In a viral thread boasting 14,000 upvotes, Reddit user u/Similar-Ad-381 asked if they were wrong for preventing her husband from trying to change their daughter’s eating habits. Posting the thread on Reddit’s r/AmITheA**hole, u/Similar-Ad-381 explained that her husband had recently started monitoring how much their eleven-year-old daughter was eating, that she had to « put her foot down » when he tried to decrease her portion sizes.
« My husband and I have an 11 year old daughter together and so far things have been going really well. She’s never been a skinny kid, but she’s at a perfectly healthy weight for her age and height, » she wrote. « Lately she’s hit a growth spurt and I swear she grew 3 inches taller in 3 months.

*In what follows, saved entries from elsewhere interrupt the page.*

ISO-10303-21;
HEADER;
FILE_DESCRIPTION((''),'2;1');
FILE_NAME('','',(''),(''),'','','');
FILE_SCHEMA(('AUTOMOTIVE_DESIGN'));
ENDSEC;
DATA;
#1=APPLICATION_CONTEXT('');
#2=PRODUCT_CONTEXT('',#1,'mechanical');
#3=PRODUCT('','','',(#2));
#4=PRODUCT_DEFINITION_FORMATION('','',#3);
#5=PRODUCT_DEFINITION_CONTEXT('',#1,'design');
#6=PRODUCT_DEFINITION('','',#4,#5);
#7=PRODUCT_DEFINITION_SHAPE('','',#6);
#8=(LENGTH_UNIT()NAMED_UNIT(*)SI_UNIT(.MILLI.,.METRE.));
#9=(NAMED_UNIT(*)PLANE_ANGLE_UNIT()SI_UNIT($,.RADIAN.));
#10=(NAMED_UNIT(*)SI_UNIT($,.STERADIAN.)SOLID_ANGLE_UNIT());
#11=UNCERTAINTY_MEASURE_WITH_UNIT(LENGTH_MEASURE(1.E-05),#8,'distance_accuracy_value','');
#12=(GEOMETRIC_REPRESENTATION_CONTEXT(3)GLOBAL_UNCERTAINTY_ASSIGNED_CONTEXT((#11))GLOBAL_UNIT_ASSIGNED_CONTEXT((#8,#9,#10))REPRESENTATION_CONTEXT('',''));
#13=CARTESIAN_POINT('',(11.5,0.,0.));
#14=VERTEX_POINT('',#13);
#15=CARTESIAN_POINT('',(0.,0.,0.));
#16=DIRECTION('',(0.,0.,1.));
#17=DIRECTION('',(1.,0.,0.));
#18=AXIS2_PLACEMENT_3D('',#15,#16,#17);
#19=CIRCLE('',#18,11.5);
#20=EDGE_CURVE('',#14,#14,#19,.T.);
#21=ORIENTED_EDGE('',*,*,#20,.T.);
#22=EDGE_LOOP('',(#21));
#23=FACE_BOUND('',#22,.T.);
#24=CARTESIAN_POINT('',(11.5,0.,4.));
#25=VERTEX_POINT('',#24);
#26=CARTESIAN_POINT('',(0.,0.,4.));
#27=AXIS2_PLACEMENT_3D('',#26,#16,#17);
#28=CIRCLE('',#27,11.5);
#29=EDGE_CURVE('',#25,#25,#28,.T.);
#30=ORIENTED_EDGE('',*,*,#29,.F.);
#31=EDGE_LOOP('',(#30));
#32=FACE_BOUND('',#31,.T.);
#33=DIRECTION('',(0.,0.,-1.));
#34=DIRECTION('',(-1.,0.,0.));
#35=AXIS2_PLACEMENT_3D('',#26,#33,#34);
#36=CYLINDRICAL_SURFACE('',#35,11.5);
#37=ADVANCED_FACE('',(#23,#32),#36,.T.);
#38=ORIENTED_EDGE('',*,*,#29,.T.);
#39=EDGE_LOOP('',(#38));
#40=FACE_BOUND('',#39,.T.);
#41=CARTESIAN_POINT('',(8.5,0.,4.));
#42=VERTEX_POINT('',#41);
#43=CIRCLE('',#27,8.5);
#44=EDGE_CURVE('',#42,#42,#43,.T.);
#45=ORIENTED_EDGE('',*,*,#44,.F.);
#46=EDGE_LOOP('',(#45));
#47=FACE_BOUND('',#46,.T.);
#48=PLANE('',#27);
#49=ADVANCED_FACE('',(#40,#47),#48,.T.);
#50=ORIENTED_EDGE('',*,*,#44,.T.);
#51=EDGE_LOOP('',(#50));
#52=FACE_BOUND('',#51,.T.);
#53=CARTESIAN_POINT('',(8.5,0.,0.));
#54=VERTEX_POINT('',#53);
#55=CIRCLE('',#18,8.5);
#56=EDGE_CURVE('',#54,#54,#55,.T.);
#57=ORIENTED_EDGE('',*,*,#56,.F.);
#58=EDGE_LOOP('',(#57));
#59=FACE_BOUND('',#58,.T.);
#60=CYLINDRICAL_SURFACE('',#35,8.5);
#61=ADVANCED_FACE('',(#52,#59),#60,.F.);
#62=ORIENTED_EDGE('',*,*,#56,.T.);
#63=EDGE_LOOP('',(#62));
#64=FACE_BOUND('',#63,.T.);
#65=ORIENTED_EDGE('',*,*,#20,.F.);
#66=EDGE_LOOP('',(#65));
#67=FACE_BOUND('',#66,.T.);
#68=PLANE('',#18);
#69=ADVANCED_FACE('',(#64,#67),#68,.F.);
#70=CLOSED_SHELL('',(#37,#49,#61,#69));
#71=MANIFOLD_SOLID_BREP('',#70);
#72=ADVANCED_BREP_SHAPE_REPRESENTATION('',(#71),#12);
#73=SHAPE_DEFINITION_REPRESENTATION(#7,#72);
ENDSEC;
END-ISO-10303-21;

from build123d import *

# Parameters (mm, degrees)
SKETCH_1_R      = 11.5
SKETCH_1_R_2    = 8.5
EXTRUDE_1_DEPTH = 4


with BuildPart() as part:
    # 草图1 → 凸台-拉伸1 (new body)
    with BuildSketch(Plane.XY):
        Circle(SKETCH_1_R)
        Circle(SKETCH_1_R_2, mode=Mode.SUBTRACT)
    extrude(amount=EXTRUDE_1_DEPTH)


solid = part.part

She’s had a bigger appetite and has been going for seconds at dinner or having slightly bigger portions at meals. »
u/Similar-Ad-381 assured that her daughter was still swimming, playing basketball and doing everything she loves, but said her husband raised concerns about how much their daughter was eating.

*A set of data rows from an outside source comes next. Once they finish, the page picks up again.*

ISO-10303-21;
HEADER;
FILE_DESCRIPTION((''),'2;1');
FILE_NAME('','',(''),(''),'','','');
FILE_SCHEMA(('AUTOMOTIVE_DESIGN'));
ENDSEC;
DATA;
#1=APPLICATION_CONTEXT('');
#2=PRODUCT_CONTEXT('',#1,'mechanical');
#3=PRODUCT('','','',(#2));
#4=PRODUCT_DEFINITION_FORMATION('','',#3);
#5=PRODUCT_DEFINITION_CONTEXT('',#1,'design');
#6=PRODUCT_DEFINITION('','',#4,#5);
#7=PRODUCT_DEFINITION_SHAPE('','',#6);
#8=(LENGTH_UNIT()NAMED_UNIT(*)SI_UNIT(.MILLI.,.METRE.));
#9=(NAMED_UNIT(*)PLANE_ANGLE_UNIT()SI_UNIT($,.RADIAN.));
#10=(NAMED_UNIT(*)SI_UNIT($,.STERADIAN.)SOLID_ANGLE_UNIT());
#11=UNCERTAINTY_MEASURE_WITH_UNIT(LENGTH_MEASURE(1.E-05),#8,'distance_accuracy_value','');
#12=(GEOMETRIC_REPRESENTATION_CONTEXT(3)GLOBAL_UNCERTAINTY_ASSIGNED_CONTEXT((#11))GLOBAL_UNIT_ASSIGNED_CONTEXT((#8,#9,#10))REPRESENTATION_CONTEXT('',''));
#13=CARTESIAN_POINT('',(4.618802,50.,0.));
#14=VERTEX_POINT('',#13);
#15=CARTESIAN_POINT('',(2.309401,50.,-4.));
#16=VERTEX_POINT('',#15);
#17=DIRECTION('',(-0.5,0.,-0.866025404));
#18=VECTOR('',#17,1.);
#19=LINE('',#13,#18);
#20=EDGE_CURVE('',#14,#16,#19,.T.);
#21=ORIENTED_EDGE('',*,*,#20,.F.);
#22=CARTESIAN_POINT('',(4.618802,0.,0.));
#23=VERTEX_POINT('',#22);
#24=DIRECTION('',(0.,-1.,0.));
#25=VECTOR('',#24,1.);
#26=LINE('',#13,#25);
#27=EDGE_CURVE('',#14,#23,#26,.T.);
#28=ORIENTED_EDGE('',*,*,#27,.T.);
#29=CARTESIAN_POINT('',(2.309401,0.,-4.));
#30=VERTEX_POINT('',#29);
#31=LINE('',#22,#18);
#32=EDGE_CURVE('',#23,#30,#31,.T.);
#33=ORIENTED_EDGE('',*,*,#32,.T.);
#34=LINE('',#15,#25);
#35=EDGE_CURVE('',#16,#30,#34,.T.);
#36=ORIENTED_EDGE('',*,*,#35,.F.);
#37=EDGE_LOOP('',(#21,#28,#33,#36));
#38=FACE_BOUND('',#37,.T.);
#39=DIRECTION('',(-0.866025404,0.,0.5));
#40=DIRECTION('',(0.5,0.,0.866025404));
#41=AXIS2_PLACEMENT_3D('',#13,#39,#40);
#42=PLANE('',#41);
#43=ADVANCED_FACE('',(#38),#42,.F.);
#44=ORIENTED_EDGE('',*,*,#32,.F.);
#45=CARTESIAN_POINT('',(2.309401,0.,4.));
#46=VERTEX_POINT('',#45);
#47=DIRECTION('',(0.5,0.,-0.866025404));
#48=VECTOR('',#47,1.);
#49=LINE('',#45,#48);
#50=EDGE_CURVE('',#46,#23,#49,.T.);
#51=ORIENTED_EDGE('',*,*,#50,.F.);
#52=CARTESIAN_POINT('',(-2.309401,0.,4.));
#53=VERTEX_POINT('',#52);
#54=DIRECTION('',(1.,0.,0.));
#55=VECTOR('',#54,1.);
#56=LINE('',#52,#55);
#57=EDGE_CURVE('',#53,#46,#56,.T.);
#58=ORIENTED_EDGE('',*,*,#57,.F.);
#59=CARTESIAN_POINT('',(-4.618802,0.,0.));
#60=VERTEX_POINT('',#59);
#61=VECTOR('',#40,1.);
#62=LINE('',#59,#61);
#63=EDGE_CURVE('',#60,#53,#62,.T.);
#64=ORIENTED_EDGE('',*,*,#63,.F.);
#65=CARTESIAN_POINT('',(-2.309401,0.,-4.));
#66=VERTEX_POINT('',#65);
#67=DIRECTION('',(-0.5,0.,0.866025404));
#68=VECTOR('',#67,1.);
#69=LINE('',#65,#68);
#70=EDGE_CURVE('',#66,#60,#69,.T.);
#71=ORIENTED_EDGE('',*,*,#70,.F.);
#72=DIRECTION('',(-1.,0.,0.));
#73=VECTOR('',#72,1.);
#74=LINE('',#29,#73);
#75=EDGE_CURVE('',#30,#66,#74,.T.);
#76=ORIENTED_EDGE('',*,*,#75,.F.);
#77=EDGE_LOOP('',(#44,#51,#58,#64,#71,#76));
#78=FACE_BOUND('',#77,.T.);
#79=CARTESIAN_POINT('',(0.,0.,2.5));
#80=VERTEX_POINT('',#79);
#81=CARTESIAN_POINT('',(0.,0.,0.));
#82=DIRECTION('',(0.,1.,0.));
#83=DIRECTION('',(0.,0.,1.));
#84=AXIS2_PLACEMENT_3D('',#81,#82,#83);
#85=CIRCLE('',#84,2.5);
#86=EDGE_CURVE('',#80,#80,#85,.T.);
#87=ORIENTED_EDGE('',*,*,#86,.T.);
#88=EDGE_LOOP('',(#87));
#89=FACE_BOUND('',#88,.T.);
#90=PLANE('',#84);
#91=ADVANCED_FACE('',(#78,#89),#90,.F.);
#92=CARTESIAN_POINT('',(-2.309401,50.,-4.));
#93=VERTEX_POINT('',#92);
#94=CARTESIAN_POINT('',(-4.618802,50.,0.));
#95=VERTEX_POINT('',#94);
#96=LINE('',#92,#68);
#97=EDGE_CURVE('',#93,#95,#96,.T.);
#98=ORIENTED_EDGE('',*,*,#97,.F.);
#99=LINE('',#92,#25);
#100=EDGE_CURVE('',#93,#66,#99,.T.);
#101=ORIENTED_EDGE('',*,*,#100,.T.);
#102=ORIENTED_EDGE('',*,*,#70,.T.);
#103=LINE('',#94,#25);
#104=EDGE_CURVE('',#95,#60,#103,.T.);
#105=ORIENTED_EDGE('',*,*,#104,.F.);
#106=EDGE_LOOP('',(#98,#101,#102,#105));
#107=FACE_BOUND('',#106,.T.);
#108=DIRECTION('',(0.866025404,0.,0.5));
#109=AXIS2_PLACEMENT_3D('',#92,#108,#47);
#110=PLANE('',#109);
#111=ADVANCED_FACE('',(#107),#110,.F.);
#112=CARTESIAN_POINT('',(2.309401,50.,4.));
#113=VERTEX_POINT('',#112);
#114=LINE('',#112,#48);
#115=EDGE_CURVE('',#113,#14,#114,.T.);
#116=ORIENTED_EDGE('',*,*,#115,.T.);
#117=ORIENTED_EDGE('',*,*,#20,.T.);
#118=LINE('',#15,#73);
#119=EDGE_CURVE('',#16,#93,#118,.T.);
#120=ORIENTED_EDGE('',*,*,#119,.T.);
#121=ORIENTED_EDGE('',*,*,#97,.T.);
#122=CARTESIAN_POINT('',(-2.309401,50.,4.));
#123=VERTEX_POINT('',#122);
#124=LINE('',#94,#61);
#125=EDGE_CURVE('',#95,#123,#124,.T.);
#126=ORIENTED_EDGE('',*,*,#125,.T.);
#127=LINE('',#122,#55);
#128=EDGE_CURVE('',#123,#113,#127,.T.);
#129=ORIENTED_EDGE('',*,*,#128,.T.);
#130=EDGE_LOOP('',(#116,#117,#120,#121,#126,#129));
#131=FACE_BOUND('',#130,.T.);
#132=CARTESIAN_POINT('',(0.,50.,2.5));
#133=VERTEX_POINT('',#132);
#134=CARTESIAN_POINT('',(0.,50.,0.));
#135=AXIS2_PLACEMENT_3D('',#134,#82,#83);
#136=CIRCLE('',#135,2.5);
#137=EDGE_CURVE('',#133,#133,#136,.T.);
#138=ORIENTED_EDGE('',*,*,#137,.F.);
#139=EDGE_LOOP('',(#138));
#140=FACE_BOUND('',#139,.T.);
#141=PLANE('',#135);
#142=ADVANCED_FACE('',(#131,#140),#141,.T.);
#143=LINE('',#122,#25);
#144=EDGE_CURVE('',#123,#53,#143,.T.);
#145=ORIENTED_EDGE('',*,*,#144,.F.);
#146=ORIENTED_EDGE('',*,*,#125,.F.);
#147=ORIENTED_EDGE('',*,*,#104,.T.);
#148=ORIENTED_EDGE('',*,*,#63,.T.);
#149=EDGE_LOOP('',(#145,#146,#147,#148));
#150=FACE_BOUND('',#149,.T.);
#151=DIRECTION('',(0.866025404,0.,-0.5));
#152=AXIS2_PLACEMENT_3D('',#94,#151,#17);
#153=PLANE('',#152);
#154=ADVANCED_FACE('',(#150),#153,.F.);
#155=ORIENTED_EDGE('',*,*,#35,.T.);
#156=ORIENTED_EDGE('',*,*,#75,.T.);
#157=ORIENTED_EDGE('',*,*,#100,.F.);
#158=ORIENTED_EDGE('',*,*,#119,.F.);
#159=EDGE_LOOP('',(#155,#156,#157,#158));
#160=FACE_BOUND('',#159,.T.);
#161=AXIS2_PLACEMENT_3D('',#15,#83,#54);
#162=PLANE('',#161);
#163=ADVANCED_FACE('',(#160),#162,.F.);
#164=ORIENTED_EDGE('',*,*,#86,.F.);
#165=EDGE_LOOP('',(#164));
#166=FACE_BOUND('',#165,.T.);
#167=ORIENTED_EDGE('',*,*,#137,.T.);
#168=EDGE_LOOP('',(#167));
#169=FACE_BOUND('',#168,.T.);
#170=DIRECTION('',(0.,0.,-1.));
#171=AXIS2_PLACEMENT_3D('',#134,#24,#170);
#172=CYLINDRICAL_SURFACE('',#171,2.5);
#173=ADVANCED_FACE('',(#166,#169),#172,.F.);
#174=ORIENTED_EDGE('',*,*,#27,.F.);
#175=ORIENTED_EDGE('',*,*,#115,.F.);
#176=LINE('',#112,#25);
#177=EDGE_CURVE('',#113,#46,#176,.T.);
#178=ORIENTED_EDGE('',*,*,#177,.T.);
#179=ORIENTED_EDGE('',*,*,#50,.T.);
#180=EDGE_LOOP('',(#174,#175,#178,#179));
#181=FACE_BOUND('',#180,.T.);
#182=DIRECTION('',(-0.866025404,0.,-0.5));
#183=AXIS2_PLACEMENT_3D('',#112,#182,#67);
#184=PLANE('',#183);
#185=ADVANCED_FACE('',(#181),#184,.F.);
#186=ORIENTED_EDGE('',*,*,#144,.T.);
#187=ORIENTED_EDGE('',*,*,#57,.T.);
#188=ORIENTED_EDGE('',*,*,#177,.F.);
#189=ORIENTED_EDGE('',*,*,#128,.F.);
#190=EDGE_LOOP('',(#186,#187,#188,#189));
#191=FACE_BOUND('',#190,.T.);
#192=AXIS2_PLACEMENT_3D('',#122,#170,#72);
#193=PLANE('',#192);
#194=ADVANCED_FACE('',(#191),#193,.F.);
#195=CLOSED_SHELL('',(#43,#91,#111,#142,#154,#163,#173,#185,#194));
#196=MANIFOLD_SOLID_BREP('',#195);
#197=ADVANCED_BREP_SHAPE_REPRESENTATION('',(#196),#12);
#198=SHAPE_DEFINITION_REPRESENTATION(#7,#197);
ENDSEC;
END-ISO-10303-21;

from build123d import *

# Parameters (mm, degrees)
SKETCH1_R           = 2.5
BOSS_EXTRUDE1_DEPTH = 50


with BuildPart() as part:
    # Sketch1 → Boss-Extrude1 (new body)
    with BuildSketch(Plane(origin=(0, 0, 0), x_dir=(1, 0, 0), z_dir=(0, 1, 0))):
        Polygon((4.618802154, 0), (2.309401077, 4), (-2.309401077, 4), (-4.618802154, 0), (-2.309401077, -4), (2.309401077, -4), align=None)
        Circle(SKETCH1_R, mode=Mode.SUBTRACT)
    extrude(amount=BOSS_EXTRUDE1_DEPTH)


solid = part.part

« My husband really wants to begin monitoring her portion sizes and not letting her go for seconds, or letting her eat chips or lollies at all, » she wrote. « He told me he doesn’t want her to be fat like him. »
u/Similar-Ad-381 said her husband’s attempts to control their daughter’s food intake crossed the line, and blamed his upbringing for his poor relationship with food.
« I put my foot down and told him absolutely not, because that’s a quick way to fast track an ED at her age, » she wrote. « I told him the reason for his weight is due to his parents’ attitude towards food…I also said he should be more scared of having a daughter with an eating disorder than having a fat daughter. »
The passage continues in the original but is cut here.